Sounds like FWD still, 3.5L V6 from the Freshalloy info... maybe AWD? Who knows.

Still looks ugly- in the back end at least, I don't see any "harmony" in the angles. At least compared to the G35SC, which is dead sexy.


----------



## HisXLNC (Jun 17, 2002)




----------



## 3-fity (Nov 1, 2002)

I don't like it right off the bat, well see if it grows on me. Anyone know the demensions for the car? IE.. wheelbase and interior dimensions.


----------



## Ratwayne (Oct 16, 2002)

alty02 said:


> *I don't like it right off the bat, well see if it grows on me. Anyone know the demensions for the car? IE.. wheelbase and interior dimensions. *


Yea, that is going to take some getting used to. ...... When the third gen. Alty came along it jumped right out at me.

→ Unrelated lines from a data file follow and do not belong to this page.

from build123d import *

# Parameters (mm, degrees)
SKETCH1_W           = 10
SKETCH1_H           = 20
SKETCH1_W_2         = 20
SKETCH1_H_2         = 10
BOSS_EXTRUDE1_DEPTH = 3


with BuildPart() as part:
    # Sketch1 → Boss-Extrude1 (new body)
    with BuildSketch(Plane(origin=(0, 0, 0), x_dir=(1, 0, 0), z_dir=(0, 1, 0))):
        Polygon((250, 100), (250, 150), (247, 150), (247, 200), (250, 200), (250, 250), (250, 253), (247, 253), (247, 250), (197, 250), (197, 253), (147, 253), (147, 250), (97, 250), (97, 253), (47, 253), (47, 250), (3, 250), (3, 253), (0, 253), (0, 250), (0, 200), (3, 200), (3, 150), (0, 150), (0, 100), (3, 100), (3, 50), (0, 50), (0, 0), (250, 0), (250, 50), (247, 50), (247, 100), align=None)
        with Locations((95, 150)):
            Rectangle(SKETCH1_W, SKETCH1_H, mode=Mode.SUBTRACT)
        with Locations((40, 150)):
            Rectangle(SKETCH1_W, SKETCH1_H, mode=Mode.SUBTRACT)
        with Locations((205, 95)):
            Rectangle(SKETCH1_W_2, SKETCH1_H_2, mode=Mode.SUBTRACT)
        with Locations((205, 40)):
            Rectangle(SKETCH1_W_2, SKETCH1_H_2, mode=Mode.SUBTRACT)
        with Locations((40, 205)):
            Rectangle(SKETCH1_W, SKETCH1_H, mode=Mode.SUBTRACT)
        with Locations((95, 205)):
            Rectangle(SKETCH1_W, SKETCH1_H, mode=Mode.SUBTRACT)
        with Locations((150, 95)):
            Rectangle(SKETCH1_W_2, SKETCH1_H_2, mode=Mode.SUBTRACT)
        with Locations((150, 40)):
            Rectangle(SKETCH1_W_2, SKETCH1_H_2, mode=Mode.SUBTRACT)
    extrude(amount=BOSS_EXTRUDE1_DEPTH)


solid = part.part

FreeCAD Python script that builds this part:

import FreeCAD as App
import Part
import Sketcher

V = App.Vector
Q = App.Units.Quantity

doc = App.newDocument("Part")
params = doc.addObject("Spreadsheet::Sheet", "Params")
for row, (alias, value) in enumerate([
    ("sketch1_width", "3 mm"),
    ("sketch1_width2", "50 mm"),
    ("sketch1_width3", "44 mm"),
    ("sketch1_width4", "20 mm"),
    ("sketch1_width5", "10 mm"),
    ("pad1_length", "3 mm"),
], start=1):
    params.set(f"A{row}", alias)
    params.set(f"B{row}", "=" + value)
    params.setAlias(f"B{row}", alias)

body = doc.addObject("PartDesign::Body", "Body")

sketch1 = doc.addObject("Sketcher::SketchObject", "Sketch")
body.addObject(sketch1)
sketch1.AttachmentSupport = (doc.XZ_Plane, [""])
sketch1.MapMode = "FlatFace"
sketch1.addGeometry([
    Part.LineSegment(V(250, -100, 0), V(250, -150, 0)),
    Part.LineSegment(V(250, -150, 0), V(247, -150, 0)),
    Part.LineSegment(V(247, -150, 0), V(247, -200, 0)),
    Part.LineSegment(V(247, -200, 0), V(250, -200, 0)),
    Part.LineSegment(V(250, -200, 0), V(250, -253, 0)),
    Part.LineSegment(V(250, -253, 0), V(247, -253, 0)),
    Part.LineSegment(V(247, -253, 0), V(247, -250, 0)),
    Part.LineSegment(V(247, -250, 0), V(197, -250, 0)),
    Part.LineSegment(V(197, -250, 0), V(197, -253, 0)),
    Part.LineSegment(V(197, -253, 0), V(147, -253, 0)),
    Part.LineSegment(V(147, -253, 0), V(147, -250, 0)),
    Part.LineSegment(V(147, -250, 0), V(97, -250, 0)),
    Part.LineSegment(V(97, -250, 0), V(97, -253, 0)),
    Part.LineSegment(V(97, -253, 0), V(47, -253, 0)),
    Part.LineSegment(V(47, -253, 0), V(47, -250, 0)),
    Part.LineSegment(V(47, -250, 0), V(3, -250, 0)),
    Part.LineSegment(V(3, -250, 0), V(3, -253, 0)),
    Part.LineSegment(V(3, -253, 0), V(0, -253, 0)),
    Part.LineSegment(V(0, -253, 0), V(0, -200, 0)),
    Part.LineSegment(V(0, -200, 0), V(3, -200, 0)),
    Part.LineSegment(V(3, -200, 0), V(3, -150, 0)),
    Part.LineSegment(V(3, -150, 0), V(0, -150, 0)),
    Part.LineSegment(V(0, -150, 0), V(0, -100, 0)),
    Part.LineSegment(V(0, -100, 0), V(3, -100, 0)),
    Part.LineSegment(V(3, -100, 0), V(3, -50, 0)),
    Part.LineSegment(V(3, -50, 0), V(0, -50, 0)),
    Part.LineSegment(V(0, -50, 0), V(0, 0, 0)),
    Part.LineSegment(V(0, 0, 0), V(250, 0, 0)),
    Part.LineSegment(V(250, 0, 0), V(250, -50, 0)),
    Part.LineSegment(V(250, -50, 0), V(247, -50, 0)),
    Part.LineSegment(V(247, -50, 0), V(247, -100, 0)),
    Part.LineSegment(V(247, -100, 0), V(250, -100, 0)),
    Part.LineSegment(V(160, -35, 0), V(140, -35, 0)),
    Part.LineSegment(V(140, -35, 0), V(140, -45, 0)),
    Part.LineSegment(V(140, -45, 0), V(160, -45, 0)),
    Part.LineSegment(V(160, -45, 0), V(160, -35, 0)),
    Part.LineSegment(V(215, -35, 0), V(195, -35, 0)),
    Part.LineSegment(V(195, -35, 0), V(195, -45, 0)),
    Part.LineSegment(V(195, -45, 0), V(215, -45, 0)),
    Part.LineSegment(V(215, -45, 0), V(215, -35, 0)),
    Part.LineSegment(V(160, -90, 0), V(140, -90, 0)),
    Part.LineSegment(V(140, -90, 0), V(140, -100, 0)),
    Part.LineSegment(V(140, -100, 0), V(160, -100, 0)),
    Part.LineSegment(V(160, -100, 0), V(160, -90, 0)),
    Part.LineSegment(V(215, -90, 0), V(195, -90, 0)),
    Part.LineSegment(V(195, -90, 0), V(195, -100, 0)),
    Part.LineSegment(V(195, -100, 0), V(215, -100, 0)),
    Part.LineSegment(V(215, -100, 0), V(215, -90, 0)),
    Part.LineSegment(V(45, -140, 0), V(35, -140, 0)),
    Part.LineSegment(V(35, -140, 0), V(35, -160, 0)),
    Part.LineSegment(V(35, -160, 0), V(45, -160, 0)),
    Part.LineSegment(V(45, -160, 0), V(45, -140, 0)),
    Part.LineSegment(V(100, -140, 0), V(90, -140, 0)),
    Part.LineSegment(V(90, -140, 0), V(90, -160, 0)),
    Part.LineSegment(V(90, -160, 0), V(100, -160, 0)),
    Part.LineSegment(V(100, -160, 0), V(100, -140, 0)),
    Part.LineSegment(V(45, -195, 0), V(35, -195, 0)),
    Part.LineSegment(V(35, -195, 0), V(35, -215, 0)),
    Part.LineSegment(V(35, -215, 0), V(45, -215, 0)),
    Part.LineSegment(V(45, -215, 0), V(45, -195, 0)),
    Part.LineSegment(V(100, -195, 0), V(90, -195, 0)),
    Part.LineSegment(V(90, -195, 0), V(90, -215, 0)),
    Part.LineSegment(V(90, -215, 0), V(100, -215, 0)),
    Part.LineSegment(V(100, -215, 0), V(100, -195, 0)),
], False)
sketch1.addConstraint([
    Sketcher.Constraint("Coincident", 0, 2, 1, 1),
    Sketcher.Constraint("Coincident", 1, 2, 2, 1),
    Sketcher.Constraint("Coincident", 2, 2, 3, 1),
    Sketcher.Constraint("Coincident", 3, 2, 4, 1),
    Sketcher.Constraint("Coincident", 4, 2, 5, 1),
    Sketcher.Constraint("Coincident", 5, 2, 6, 1),
    Sketcher.Constraint("Coincident", 6, 2, 7, 1),
    Sketcher.Constraint("Coincident", 7, 2, 8, 1),
    Sketcher.Constraint("Coincident", 8, 2, 9, 1),
    Sketcher.Constraint("Coincident", 9, 2, 10, 1),
    Sketcher.Constraint("Coincident", 10, 2, 11, 1),
    Sketcher.Constraint("Coincident", 11, 2, 12, 1),
    Sketcher.Constraint("Coincident", 12, 2, 13, 1),
    Sketcher.Constraint("Coincident", 13, 2, 14, 1),
    Sketcher.Constraint("Coincident", 14, 2, 15, 1),
    Sketcher.Constraint("Coincident", 15, 2, 16, 1),
    Sketcher.Constraint("Coincident", 16, 2, 17, 1),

What is that in the grill?


----------



## 3-fity (Nov 1, 2002)

Ratwayne said:


> *Yea, that is going to take some getting used to. ...... When the third gen. Alty came along it jumped right out at me.
> 
> What is that in the grill? *


 LOL!


----------



## Slurppie (Oct 15, 2002)

New 04 info on Nissan's site with specs.


----------



## Guest (Jan 6, 2003)

I think it looks real nice from the side and the back but the front of the car is very ugly in my opinion.


----------



## Guest (Jan 8, 2003)

Maxima's have always looked good til now! I can't believe how nasty the '04 looks, at least from behind. I think the auto makers need to remember those days when each car had it's OWN look and you could tell a Nissan from a Toyota and a Chevy from a Ford! These days, you can't tell the new cars appart.


----------



## UpChuck (Jul 20, 2002)

I always hoped it would be RWD. Seems like its not much different/better than the Altima. And the Altima seems to be selling like mad where I live. I just hoped it would have something to make it different than the Altima. 
The front grille would look 10X better without the center piece with the Nissan badge. But it kind of looks like it has a fat ass.


----------